Only two exceptions exist to the doctrine of Contributory Negligence. The first is known as “Last Clear Chance”. When that exception is invoked by the courts, it means that even though the injured party may have contributed to his or her injuries, the person who mainly caused the injuries, the defendant, had one last clear opportunity to avoid the injuries altogether and, therefore, the contributory negligence of the injured party is negated. The second exception applies when the person contributing to his or her injuries is under five years of age, the age of the person thereby negating any contributory negligence on his or her part.
“Contributory Negligence” is part of the “common law” of Maryland. It was put in place by the courts and may continue until changed by the courts or the legislature. Maryland’s legislature has had many opportunities to adopt a “Comparative Fault” or “Comparative Negligence” standard for the type of case highlighted by Coleman and favored by many legal, but has failed to pass any law dealing with the subject.

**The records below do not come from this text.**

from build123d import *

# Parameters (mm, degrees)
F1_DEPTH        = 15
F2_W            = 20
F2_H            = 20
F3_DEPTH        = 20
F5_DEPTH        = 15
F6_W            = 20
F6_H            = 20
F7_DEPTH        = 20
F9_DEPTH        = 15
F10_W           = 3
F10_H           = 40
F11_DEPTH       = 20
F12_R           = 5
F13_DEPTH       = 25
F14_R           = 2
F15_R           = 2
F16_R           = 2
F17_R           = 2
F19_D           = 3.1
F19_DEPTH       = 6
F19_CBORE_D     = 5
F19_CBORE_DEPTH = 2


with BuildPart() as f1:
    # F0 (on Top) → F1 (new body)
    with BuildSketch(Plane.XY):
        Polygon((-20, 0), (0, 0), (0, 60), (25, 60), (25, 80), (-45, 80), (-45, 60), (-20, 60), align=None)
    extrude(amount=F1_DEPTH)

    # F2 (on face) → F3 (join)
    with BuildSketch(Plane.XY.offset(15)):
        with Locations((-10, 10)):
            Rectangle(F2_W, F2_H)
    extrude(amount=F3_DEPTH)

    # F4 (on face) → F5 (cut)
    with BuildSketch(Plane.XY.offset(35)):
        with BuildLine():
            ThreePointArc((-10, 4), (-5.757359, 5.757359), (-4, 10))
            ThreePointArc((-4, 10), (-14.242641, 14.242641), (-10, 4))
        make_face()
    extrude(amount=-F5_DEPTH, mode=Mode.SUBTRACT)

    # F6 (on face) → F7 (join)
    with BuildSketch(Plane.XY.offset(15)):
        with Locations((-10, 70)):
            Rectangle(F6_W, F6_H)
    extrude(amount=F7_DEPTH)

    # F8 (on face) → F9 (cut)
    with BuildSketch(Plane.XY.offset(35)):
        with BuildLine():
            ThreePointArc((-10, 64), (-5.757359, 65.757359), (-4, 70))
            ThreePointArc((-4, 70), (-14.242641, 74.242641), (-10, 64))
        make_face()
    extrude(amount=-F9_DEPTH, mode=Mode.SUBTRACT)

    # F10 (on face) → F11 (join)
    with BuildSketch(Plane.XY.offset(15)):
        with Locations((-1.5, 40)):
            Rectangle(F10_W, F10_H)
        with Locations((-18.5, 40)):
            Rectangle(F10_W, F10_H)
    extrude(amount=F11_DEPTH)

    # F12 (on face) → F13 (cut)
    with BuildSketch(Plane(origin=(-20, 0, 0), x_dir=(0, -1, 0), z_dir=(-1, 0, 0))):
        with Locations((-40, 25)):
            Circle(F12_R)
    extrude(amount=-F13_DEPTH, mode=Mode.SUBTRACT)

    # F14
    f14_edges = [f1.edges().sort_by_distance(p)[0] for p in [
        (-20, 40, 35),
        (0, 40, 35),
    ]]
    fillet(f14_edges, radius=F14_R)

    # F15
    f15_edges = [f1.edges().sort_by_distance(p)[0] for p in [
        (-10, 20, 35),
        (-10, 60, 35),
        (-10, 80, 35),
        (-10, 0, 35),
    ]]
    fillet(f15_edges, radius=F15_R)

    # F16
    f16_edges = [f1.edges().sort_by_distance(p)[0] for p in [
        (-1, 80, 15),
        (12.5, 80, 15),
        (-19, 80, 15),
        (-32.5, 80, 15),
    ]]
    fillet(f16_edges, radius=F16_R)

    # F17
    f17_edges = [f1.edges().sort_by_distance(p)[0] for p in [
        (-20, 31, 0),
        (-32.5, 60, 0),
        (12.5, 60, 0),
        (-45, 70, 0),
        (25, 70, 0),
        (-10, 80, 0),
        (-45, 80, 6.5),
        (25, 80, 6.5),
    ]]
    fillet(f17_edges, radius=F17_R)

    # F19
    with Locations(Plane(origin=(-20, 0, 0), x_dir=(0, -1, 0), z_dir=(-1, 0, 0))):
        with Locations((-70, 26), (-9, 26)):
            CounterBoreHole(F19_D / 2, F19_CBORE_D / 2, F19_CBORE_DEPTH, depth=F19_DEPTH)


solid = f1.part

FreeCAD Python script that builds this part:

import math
import FreeCAD as App
import Part
import Sketcher

V = App.Vector


def edges_at(feature, points):
    """Names of the edges that pass closest to the given points."""
    edges = feature.Shape.Edges
    near = lambda p: min(range(len(edges)), key=lambda i: edges[i].distToShape(Part.Vertex(*p))[0])
    return sorted({f"Edge{near(p) + 1}" for p in points})

doc = App.newDocument("Part")
body = doc.addObject("PartDesign::Body", "Body")

sketch1 = body.newObject("Sketcher::SketchObject", "Sketch")
sketch1.AttachmentSupport = (doc.getObject("XY_Plane"), [""])
sketch1.MapMode = "FlatFace"
sketch1.addGeometry(Part.LineSegment(V(-20, 0, 0), V(0, 0, 0)), False)
sketch1.addGeometry(Part.LineSegment(V(0, 0, 0), V(0, 60, 0)), False)
sketch1.addGeometry(Part.LineSegment(V(0, 60, 0), V(25, 60, 0)), False)
sketch1.addGeometry(Part.LineSegment(V(25, 60, 0), V(25, 80, 0)), False)
sketch1.addGeometry(Part.LineSegment(V(25, 80, 0), V(-45, 80, 0)), False)
sketch1.addGeometry(Part.LineSegment(V(-45, 80, 0), V(-45, 60, 0)), False)
sketch1.addGeometry(Part.LineSegment(V(-45, 60, 0), V(-20, 60, 0)), False)
sketch1.addGeometry(Part.LineSegment(V(-20, 60, 0), V(-20, 0, 0)), False)
sketch1.addConstraint(Sketcher.Constraint("Coincident", 0, 2, 1, 1))
sketch1.addConstraint(Sketcher.Constraint("Coincident", 1, 2, 2, 1))
sketch1.addConstraint(Sketcher.Constraint("Coincident", 2, 2, 3, 1))
sketch1.addConstraint(Sketcher.Constraint("Coincident", 3, 2, 4, 1))
sketch1.addConstraint(Sketcher.Constraint("Coincident", 4, 2, 5, 1))
sketch1.addConstraint(Sketcher.Constraint("Coincident", 5, 2, 6, 1))
sketch1.addConstraint(Sketcher.Constraint("Coincident", 6, 2, 7, 1))
sketch1.addConstraint(Sketcher.Constraint("Coincident", 7, 2, 0, 1))
sketch1.addConstraint(Sketcher.Constraint("Horizontal", 0))
sketch1.addConstraint(Sketcher.Constraint("Vertical", 1))
sketch1.addConstraint(Sketcher.Constraint("Horizontal", 2))
sketch1.addConstraint(Sketcher.Constraint("Vertical", 3))
sketch1.addConstraint(Sketcher.Constraint("Horizontal", 4))
sketch1.addConstraint(Sketcher.Constraint("Vertical", 5))
sketch1.addConstraint(Sketcher.Constraint("Horizontal", 6))
sketch1.addConstraint(Sketcher.Constraint("Vertical", 7))
sketch1.addConstraint(Sketcher.Constraint("Coincident", 0, 2, -1, 1))
sketch1.addConstraint(Sketcher.Constraint("Horizontal", 2, 2, 5, 2))
sketch1.addConstraint(Sketcher.Constraint("Equal", 2, 6))
sketch1.addConstraint(Sketcher.Constraint("Equal", 0, 3))
sketch1.addConstraint(Sketcher.Constraint("DistanceX", 0, 1, 0, 2, 20.0))
sketch1.addConstraint(Sketcher.Constraint("DistanceX", 2, 1, 2, 2, 25.0))
sketch1.addConstraint(Sketcher.Constraint("DistanceY", 1, 1, 1, 2, 60.0))
pad1 = body.newObject("PartDesign::Pad", "Pad")
pad1.Profile = sketch1
pad1.Length = 15

sketch2 = body.newObject("Sketcher::SketchObject", "Sketch001")
sketch2.AttachmentSupport = (doc.getObject("XY_Plane"), [""])
sketch2.MapMode = "FlatFace"
sketch2.AttachmentOffset = App.Placement(V(0, 0, 15), App.Rotation())
sketch2.addGeometry(Part.LineSegment(V(-20, 20, 0), V(-20, 0, 0)), False)
sketch2.addGeometry(Part.LineSegment(V(-20, 0, 0), V(0, 0, 0)), False)
sketch2.addGeometry(Part.LineSegment(V(0, 0, 0), V(0, 20, 0)), False)
sketch2.addGeometry(Part.LineSegment(V(0, 20, 0), V(-20, 20, 0)), False)
sketch2.addConstraint(Sketcher.Constraint("Coincident", 0, 2, 1, 1))
sketch2.addConstraint(Sketcher.Constraint("Coincident", 1, 2, 2, 1))
sketch2.addConstraint(Sketcher.Constraint("Coincident", 2, 2, 3, 1))
sketch2.addConstraint(Sketcher.Constraint("Coincident", 3, 2, 0, 1))
sketch2.addConstraint(Sketcher.Constraint("Vertical", 0))
sketch2.addConstraint(Sketcher.Constraint("Horizontal", 1))
sketch2.addConstraint(Sketcher.Constraint("Vertical", 2))
sketch2.addConstraint(Sketcher.Constraint("Horizontal", 3))
sketch2.addConstraint(Sketcher.Constraint("Coincident", 1, 2, -1, 1))
sketch2.addConstraint(Sketcher.Constraint("Equal", 3, 0))
sketch2.addConstraint(Sketcher.Constraint("DistanceX", 1, 1, 1, 2, 20.0))
pad2 = body.newObject("PartDesign::Pad", "Pad001")
pad2.Profile = sketch2
pad2.Length = 20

In light of the Maryland legislature’s failure to change the doctrine of Contributory Negligence to one of Comparative Negligence, the Maryland Court of Appeals felt it should not do so. The Court felt that a matter of such public policy importance should be left to lawmakers to change, not judges. Two judges of the Court of Appeals disagreed with the majority decision and filed a lengthy dissent from it. So for now, if you are injured in an accident and did anything at all to contribute to that accident, you cannot recover a single penny in Maryland.